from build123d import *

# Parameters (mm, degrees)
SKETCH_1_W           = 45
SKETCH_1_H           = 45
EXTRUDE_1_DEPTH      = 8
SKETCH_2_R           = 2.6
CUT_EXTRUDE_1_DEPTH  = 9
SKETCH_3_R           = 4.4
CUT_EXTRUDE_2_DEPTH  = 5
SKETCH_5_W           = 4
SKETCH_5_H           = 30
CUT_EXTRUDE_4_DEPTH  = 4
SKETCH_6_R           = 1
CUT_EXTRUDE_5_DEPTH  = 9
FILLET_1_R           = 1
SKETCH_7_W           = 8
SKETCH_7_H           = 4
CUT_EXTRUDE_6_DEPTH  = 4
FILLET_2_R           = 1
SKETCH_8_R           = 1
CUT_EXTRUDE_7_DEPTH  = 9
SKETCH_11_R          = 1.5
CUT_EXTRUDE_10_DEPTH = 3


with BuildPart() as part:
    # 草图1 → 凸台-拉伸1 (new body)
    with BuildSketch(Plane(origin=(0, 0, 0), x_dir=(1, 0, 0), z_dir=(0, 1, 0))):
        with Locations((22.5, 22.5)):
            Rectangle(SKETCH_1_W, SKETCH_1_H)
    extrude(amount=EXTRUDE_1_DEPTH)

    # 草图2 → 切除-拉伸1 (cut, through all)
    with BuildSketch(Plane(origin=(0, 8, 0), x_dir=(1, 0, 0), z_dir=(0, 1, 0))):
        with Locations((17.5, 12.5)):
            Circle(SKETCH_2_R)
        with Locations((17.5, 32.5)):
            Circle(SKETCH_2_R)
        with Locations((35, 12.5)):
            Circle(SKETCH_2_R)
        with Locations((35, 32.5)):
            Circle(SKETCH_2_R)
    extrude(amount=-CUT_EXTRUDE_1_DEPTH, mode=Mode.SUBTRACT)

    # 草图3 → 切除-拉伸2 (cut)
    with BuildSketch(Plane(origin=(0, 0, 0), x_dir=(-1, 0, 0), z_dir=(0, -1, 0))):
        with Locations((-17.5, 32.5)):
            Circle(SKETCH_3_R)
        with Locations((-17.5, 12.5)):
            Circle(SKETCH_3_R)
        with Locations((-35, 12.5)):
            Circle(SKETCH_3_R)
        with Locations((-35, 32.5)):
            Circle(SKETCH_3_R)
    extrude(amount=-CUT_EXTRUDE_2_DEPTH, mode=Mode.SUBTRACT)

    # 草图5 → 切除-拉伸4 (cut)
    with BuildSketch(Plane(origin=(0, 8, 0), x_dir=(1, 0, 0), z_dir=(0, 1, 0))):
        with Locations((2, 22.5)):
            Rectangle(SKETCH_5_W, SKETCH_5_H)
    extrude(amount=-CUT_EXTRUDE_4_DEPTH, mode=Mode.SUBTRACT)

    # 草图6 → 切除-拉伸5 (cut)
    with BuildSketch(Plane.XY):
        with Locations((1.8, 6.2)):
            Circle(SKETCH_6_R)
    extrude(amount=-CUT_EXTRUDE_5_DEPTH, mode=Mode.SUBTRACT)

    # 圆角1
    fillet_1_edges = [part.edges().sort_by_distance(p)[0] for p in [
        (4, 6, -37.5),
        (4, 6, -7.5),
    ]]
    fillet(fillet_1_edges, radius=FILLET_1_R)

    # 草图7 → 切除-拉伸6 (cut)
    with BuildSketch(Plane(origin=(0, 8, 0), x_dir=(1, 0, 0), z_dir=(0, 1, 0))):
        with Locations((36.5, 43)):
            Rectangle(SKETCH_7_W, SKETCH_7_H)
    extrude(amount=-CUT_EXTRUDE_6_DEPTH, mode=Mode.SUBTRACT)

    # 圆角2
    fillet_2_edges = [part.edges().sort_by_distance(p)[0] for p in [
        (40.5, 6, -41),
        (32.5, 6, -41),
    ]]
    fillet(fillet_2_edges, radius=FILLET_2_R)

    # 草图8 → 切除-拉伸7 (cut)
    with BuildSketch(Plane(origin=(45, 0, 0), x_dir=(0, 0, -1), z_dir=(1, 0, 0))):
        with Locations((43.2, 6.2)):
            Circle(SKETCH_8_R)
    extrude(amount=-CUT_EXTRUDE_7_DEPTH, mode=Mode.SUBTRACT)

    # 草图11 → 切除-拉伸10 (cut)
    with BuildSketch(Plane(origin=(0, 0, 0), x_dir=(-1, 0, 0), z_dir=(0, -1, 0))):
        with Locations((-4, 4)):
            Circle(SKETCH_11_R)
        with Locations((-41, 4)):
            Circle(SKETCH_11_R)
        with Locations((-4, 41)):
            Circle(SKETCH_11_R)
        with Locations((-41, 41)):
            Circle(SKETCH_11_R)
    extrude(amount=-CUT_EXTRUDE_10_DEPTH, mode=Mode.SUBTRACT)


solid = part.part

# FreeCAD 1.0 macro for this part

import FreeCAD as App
import Part
import Sketcher
from FreeCAD import Vector


def edges_at(feature, points):
    """Names of the edges that pass closest to the given points."""
    edges = feature.Shape.Edges
    near = lambda p: min(range(len(edges)), key=lambda i: edges[i].distToShape(Part.Vertex(*p))[0])
    return sorted({f"Edge{near(p) + 1}" for p in points})

doc = App.newDocument("Part")
params = doc.addObject("Spreadsheet::Sheet", "Params")
for row, (alias, value) in enumerate([
    ("sketch1_width", "45 mm"),
    ("pad1_length", "8 mm"),
    ("sketch2_diameter", "5.2 mm"),
    ("sketch3_diameter", "8.8 mm"),
    ("pocket2_length", "5 mm"),
    ("sketch4_width", "4 mm"),
    ("sketch4_height", "30 mm"),
    ("pocket3_length", "4 mm"),
    ("sketch5_diameter", "2 mm"),
    ("pocket4_length", "9 mm"),
    ("fillet_radius", "1 mm"),
    ("sketch6_width", "8 mm"),
    ("sketch6_height", "4 mm"),
    ("pocket5_length", "4 mm"),
    ("fillet2_radius", "1 mm"),
    ("sketch7_diameter", "2 mm"),
    ("pocket6_length", "9 mm"),
    ("sketch8_diameter", "3 mm"),
    ("pocket7_length", "3 mm"),
], start=1):
    params.set(f"A{row}", alias)
    params.set(f"B{row}", "=" + value)
    params.setAlias(f"B{row}", alias)

body = doc.addObject("PartDesign::Body", "Body")

# Sketch on XZ plane
sketch1 = body.newObject("Sketcher::SketchObject", "Sketch")
sketch1.AttachmentSupport = (doc.getObject("XZ_Plane"), [""])
sketch1.MapMode = "FlatFace"
sketch1.addGeometry([
    Part.LineSegment(Vector(0, -45, 0), Vector(0, 0, 0)),
    Part.LineSegment(Vector(0, 0, 0), Vector(45, 0, 0)),
    Part.LineSegment(Vector(45, 0, 0), Vector(45, -45, 0)),
    Part.LineSegment(Vector(45, -45, 0), Vector(0, -45, 0)),
], False)
sketch1.addConstraint([
    Sketcher.Constraint("Coincident", 0, 2, 1, 1),
    Sketcher.Constraint("Coincident", 1, 2, 2, 1),
    Sketcher.Constraint("Coincident", 2, 2, 3, 1),
    Sketcher.Constraint("Coincident", 3, 2, 0, 1),
    Sketcher.Constraint("Vertical", 0),
    Sketcher.Constraint("Horizontal", 1),
    Sketcher.Constraint("Vertical", 2),
    Sketcher.Constraint("Horizontal", 3),
    Sketcher.Constraint("Coincident", 0, 2, -1, 1),
    Sketcher.Constraint("Equal", 3, 0),
    Sketcher.Constraint("DistanceX", 1, 1, 1, 2, 45.0),
])
sketch1.setExpression("Constraints[10]", "Params.sketch1_width")
pad1 = body.newObject("PartDesign::Pad", "Pad")
pad1.Profile = sketch1
pad1.setExpression("Length", "Params.pad1_length")
pad1.Reversed = True

# Sketch on XZ plane
sketch2 = body.newObject("Sketcher::SketchObject", "Sketch001")
sketch2.AttachmentSupport = (doc.getObject("XZ_Plane"), [""])
sketch2.MapMode = "FlatFace"
sketch2.AttachmentOffset = App.Placement(Vector(0, 0, -8), App.Rotation())
sketch2.addGeometry([
    Part.Circle(Vector(17.5, -12.5, 0), Vector(0, 0, 1), 2.6),
    Part.Circle(Vector(17.5, -32.5, 0), Vector(0, 0, 1), 2.6),
    Part.Circle(Vector(35, -12.5, 0), Vector(0, 0, 1), 2.6),
    Part.Circle(Vector(35, -32.5, 0), Vector(0, 0, 1), 2.6),
], False)
sketch2.addConstraint([
    Sketcher.Constraint("Equal", 0, 1),
    Sketcher.Constraint("Equal", 1, 2),
    Sketcher.Constraint("Equal", 2, 3),
    Sketcher.Constraint("Horizontal", 0, 3, 2, 3),
    Sketcher.Constraint("Horizontal", 1, 3, 3, 3),
    Sketcher.Constraint("Vertical", 0, 3, 1, 3),
    Sketcher.Constraint("Vertical", 2, 3, 3, 3),
    Sketcher.Constraint("Diameter", 0, 5.2),
    Sketcher.Constraint("DistanceX", -1, 1, 2, 3, 35.0),
    Sketcher.Constraint("DistanceY", 1, 3, 0, 3, 20.0),
    Sketcher.Constraint("DistanceX", -1, 1, 0, 3, 17.5),
    Sketcher.Constraint("DistanceY", 0, 3, -1, 1, 12.5),
])
sketch2.setExpression("Constraints[7]", "Params.sketch2_diameter")
pocket1 = body.newObject("PartDesign::Pocket", "Pocket")
pocket1.Profile = sketch2
pocket1.Type = "ThroughAll"
pocket1.Reversed = True

# Sketch on XZ plane
sketch3 = body.newObject("Sketcher::SketchObject", "Sketch002")
sketch3.AttachmentSupport = (doc.getObject("XZ_Plane"), [""])
sketch3.MapMode = "FlatFace"
sketch3.addGeometry([
    Part.Circle(Vector(17.5, -32.5, 0), Vector(0, 0, 1), 4.4),
    Part.Circle(Vector(17.5, -12.5, 0), Vector(0, 0, 1), 4.4),
    Part.Circle(Vector(35, -12.5, 0), Vector(0, 0, 1), 4.4),
    Part.Circle(Vector(35, -32.5, 0), Vector(0, 0, 1), 4.4),
], False)
sketch3.addConstraint([
    Sketcher.Constraint("Equal", 0, 1),
    Sketcher.Constraint("Equal", 1, 2),
    Sketcher.Constraint("Equal", 2, 3),
    Sketcher.Constraint("Horizontal", 1, 3, 2, 3),
    Sketcher.Constraint("Horizontal", 0, 3, 3, 3),
    Sketcher.Constraint("Vertical", 0, 3, 1, 3),
    Sketcher.Constraint("Vertical", 2, 3, 3, 3),
    Sketcher.Constraint("Diameter", 0, 8.8),
    Sketcher.Constraint("DistanceX", -1, 1, 2, 3, 35.0),
    Sketcher.Constraint("DistanceY", 0, 3, 1, 3, 20.0),
    Sketcher.Constraint("DistanceX", -1, 1, 0, 3, 17.5),
    Sketcher.Constraint("DistanceY", 0, 3, -1, 1, 32.5),
])
sketch3.setExpression("Constraints[7]", "Params.sketch3_diameter")
pocket2 = body.newObject("PartDesign::Pocket", "Pocket001")
pocket2.Profile = sketch3
pocket2.setExpression("Length", "Params.pocket2_length")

▶ [ACTIVITY] Where a line of the data contains "Rectangle", copy that line.

▶ [ANSWER BELOW]
            Rectangle(SKETCH_1_W, SKETCH_1_H)
            Rectangle(SKETCH_5_W, SKETCH_5_H)
            Rectangle(SKETCH_7_W, SKETCH_7_H)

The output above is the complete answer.